_Items from a dataset:_

====================

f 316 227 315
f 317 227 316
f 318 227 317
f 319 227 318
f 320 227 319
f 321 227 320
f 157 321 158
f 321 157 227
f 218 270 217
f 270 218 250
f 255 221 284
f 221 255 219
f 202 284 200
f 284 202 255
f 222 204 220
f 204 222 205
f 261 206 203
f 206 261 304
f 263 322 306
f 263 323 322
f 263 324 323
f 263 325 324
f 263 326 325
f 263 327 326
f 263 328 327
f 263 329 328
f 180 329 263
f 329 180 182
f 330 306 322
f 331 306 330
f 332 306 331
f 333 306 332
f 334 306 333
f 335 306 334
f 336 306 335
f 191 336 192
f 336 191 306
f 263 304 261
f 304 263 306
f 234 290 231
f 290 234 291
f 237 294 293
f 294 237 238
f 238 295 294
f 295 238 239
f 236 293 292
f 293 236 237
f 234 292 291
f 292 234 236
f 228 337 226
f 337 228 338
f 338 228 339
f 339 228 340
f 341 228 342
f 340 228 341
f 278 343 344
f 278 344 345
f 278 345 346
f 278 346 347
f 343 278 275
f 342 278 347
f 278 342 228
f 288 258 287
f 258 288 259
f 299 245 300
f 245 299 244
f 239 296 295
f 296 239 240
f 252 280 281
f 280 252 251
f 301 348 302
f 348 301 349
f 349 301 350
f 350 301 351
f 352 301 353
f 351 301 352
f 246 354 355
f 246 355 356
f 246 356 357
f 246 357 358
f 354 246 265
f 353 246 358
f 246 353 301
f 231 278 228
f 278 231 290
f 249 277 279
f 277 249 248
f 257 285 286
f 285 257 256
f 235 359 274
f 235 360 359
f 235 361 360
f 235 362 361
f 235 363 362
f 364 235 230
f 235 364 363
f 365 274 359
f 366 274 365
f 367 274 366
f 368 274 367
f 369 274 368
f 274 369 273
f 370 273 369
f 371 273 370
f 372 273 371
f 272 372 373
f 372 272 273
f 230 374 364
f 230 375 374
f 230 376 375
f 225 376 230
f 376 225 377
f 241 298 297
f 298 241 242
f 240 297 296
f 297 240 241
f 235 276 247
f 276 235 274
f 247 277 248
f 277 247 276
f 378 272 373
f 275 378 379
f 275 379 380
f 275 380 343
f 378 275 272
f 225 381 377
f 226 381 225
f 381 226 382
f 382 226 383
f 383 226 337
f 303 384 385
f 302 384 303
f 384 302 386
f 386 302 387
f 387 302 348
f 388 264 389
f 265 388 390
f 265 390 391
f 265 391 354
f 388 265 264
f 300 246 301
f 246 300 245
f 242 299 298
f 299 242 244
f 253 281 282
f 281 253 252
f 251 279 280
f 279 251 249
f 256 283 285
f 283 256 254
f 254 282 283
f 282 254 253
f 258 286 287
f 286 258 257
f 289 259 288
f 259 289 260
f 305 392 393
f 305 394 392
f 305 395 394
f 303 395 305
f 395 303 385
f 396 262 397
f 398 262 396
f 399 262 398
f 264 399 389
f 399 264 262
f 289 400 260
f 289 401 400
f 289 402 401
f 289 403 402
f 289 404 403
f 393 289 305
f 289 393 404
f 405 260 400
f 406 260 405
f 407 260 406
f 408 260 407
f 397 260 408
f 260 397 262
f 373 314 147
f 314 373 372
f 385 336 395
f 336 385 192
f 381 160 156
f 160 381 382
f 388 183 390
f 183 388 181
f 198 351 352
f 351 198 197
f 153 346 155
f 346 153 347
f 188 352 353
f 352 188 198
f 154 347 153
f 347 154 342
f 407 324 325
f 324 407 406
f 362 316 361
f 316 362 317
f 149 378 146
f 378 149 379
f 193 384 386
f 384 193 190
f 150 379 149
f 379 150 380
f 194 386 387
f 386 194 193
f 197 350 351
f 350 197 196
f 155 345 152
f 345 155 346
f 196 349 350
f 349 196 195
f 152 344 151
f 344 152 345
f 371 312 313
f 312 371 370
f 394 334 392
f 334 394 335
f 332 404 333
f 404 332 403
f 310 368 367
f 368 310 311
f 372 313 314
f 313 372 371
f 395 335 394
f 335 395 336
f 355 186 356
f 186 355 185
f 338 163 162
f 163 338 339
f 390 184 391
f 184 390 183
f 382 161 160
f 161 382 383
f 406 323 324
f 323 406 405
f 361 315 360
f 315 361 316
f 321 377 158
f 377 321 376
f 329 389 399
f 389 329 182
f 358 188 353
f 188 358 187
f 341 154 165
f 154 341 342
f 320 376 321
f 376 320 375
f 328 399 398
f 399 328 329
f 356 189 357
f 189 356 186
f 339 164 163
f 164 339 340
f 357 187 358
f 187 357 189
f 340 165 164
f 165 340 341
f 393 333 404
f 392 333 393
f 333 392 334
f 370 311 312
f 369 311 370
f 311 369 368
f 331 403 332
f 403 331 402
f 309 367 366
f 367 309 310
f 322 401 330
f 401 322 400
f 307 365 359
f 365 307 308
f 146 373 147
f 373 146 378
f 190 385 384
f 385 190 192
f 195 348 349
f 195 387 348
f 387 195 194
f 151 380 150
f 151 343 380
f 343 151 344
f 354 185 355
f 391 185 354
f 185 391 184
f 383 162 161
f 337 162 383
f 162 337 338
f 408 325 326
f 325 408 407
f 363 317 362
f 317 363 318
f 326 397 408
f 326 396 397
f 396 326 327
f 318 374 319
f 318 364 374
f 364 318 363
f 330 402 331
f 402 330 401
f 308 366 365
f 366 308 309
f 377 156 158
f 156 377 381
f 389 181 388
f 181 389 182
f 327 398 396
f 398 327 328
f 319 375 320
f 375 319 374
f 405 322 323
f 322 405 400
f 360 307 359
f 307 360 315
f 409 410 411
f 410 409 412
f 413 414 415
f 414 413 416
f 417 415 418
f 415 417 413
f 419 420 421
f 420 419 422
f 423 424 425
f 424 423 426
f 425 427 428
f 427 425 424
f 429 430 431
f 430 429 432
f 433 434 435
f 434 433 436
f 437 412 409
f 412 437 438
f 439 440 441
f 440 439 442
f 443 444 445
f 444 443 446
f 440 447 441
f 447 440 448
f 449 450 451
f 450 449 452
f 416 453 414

====================

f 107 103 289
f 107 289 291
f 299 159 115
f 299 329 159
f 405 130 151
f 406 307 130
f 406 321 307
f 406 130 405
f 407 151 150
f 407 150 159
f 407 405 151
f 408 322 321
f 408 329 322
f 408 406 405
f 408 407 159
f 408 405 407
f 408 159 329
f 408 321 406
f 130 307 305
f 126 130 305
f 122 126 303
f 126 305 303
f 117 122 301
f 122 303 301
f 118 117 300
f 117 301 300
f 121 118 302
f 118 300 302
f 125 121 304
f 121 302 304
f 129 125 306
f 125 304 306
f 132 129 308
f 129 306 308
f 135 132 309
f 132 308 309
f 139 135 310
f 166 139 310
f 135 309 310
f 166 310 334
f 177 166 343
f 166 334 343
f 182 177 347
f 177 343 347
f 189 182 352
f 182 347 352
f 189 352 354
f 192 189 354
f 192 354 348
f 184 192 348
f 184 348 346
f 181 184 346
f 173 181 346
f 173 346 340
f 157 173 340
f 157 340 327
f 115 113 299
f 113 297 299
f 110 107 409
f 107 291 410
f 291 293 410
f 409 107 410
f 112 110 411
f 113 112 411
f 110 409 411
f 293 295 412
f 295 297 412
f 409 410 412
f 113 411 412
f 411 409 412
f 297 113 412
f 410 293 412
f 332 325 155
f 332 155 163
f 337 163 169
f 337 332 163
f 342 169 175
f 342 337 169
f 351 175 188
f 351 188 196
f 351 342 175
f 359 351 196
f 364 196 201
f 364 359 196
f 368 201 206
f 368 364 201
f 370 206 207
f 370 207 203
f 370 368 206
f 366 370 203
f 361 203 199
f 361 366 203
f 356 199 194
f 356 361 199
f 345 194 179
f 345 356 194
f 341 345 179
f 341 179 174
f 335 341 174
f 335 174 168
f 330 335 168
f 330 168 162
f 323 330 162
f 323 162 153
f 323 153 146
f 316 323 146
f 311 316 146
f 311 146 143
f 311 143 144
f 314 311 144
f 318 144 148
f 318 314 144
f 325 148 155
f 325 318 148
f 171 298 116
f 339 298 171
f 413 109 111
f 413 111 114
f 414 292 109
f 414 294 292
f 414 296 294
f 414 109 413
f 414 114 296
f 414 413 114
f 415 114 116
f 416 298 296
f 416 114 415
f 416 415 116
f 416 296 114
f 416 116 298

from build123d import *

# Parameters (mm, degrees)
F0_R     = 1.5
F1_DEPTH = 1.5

====================

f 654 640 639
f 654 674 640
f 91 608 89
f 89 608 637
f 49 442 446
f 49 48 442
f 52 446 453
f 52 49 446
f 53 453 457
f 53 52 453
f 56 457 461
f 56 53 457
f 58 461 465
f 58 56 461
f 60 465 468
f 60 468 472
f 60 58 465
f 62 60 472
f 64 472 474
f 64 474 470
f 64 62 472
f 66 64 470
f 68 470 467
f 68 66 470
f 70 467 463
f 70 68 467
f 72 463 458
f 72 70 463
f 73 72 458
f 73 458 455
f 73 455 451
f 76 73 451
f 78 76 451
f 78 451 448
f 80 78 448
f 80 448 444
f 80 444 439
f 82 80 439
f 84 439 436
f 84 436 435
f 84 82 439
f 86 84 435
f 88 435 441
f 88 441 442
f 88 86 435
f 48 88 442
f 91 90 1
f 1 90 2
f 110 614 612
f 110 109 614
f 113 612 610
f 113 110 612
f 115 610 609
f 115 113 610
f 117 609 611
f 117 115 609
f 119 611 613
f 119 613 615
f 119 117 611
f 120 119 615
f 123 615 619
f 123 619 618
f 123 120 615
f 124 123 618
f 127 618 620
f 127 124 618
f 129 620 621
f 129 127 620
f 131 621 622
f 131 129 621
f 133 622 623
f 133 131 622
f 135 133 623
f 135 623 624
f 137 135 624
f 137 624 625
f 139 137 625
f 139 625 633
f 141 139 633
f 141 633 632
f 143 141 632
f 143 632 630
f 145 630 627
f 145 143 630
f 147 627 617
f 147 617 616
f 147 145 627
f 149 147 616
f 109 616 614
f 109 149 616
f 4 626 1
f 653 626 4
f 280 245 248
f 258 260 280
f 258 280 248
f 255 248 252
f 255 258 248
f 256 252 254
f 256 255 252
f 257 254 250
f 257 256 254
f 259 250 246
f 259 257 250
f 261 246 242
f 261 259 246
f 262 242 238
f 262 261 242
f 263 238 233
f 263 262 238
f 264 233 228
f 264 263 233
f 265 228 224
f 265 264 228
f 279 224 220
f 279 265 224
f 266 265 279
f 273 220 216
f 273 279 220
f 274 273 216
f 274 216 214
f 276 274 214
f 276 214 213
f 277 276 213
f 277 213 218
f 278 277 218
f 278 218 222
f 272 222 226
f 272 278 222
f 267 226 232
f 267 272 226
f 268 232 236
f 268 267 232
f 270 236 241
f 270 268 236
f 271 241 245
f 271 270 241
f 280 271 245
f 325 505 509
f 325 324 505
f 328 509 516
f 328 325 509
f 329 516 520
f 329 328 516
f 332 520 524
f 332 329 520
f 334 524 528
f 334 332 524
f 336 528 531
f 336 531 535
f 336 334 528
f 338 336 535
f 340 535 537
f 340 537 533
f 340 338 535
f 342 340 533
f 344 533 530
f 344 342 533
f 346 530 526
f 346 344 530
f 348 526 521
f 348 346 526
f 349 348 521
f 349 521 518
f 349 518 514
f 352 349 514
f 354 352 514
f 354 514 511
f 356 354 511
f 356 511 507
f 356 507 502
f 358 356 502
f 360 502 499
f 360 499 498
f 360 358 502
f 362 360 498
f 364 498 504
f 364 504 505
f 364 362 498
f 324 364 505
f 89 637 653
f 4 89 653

====================

_PROBLEM DESCRIPTION:_ Write out only the lines that run from the line containing "f 117 122 301" through the line containing "f 171 298 116", both included, exactly as they appear above.

_FINISHED TASK:_
f 117 122 301
f 122 303 301
f 118 117 300
f 117 301 300
f 121 118 302
f 118 300 302
f 125 121 304
f 121 302 304
f 129 125 306
f 125 304 306
f 132 129 308
f 129 306 308
f 135 132 309
f 132 308 309
f 139 135 310
f 166 139 310
f 135 309 310
f 166 310 334
f 177 166 343
f 166 334 343
f 182 177 347
f 177 343 347
f 189 182 352
f 182 347 352
f 189 352 354
f 192 189 354
f 192 354 348
f 184 192 348
f 184 348 346
f 181 184 346
f 173 181 346
f 173 346 340
f 157 173 340
f 157 340 327
f 115 113 299
f 113 297 299
f 110 107 409
f 107 291 410
f 291 293 410
f 409 107 410
f 112 110 411
f 113 112 411
f 110 409 411
f 293 295 412
f 295 297 412
f 409 410 412
f 113 411 412
f 411 409 412
f 297 113 412
f 410 293 412
f 332 325 155
f 332 155 163
f 337 163 169
f 337 332 163
f 342 169 175
f 342 337 169
f 351 175 188
f 351 188 196
f 351 342 175
f 359 351 196
f 364 196 201
f 364 359 196
f 368 201 206
f 368 364 201
f 370 206 207
f 370 207 203
f 370 368 206
f 366 370 203
f 361 203 199
f 361 366 203
f 356 199 194
f 356 361 199
f 345 194 179
f 345 356 194
f 341 345 179
f 341 179 174
f 335 341 174
f 335 174 168
f 330 335 168
f 330 168 162
f 323 330 162
f 323 162 153
f 323 153 146
f 316 323 146
f 311 316 146
f 311 146 143
f 311 143 144
f 314 311 144
f 318 144 148
f 318 314 144
f 325 148 155
f 325 318 148
f 171 298 116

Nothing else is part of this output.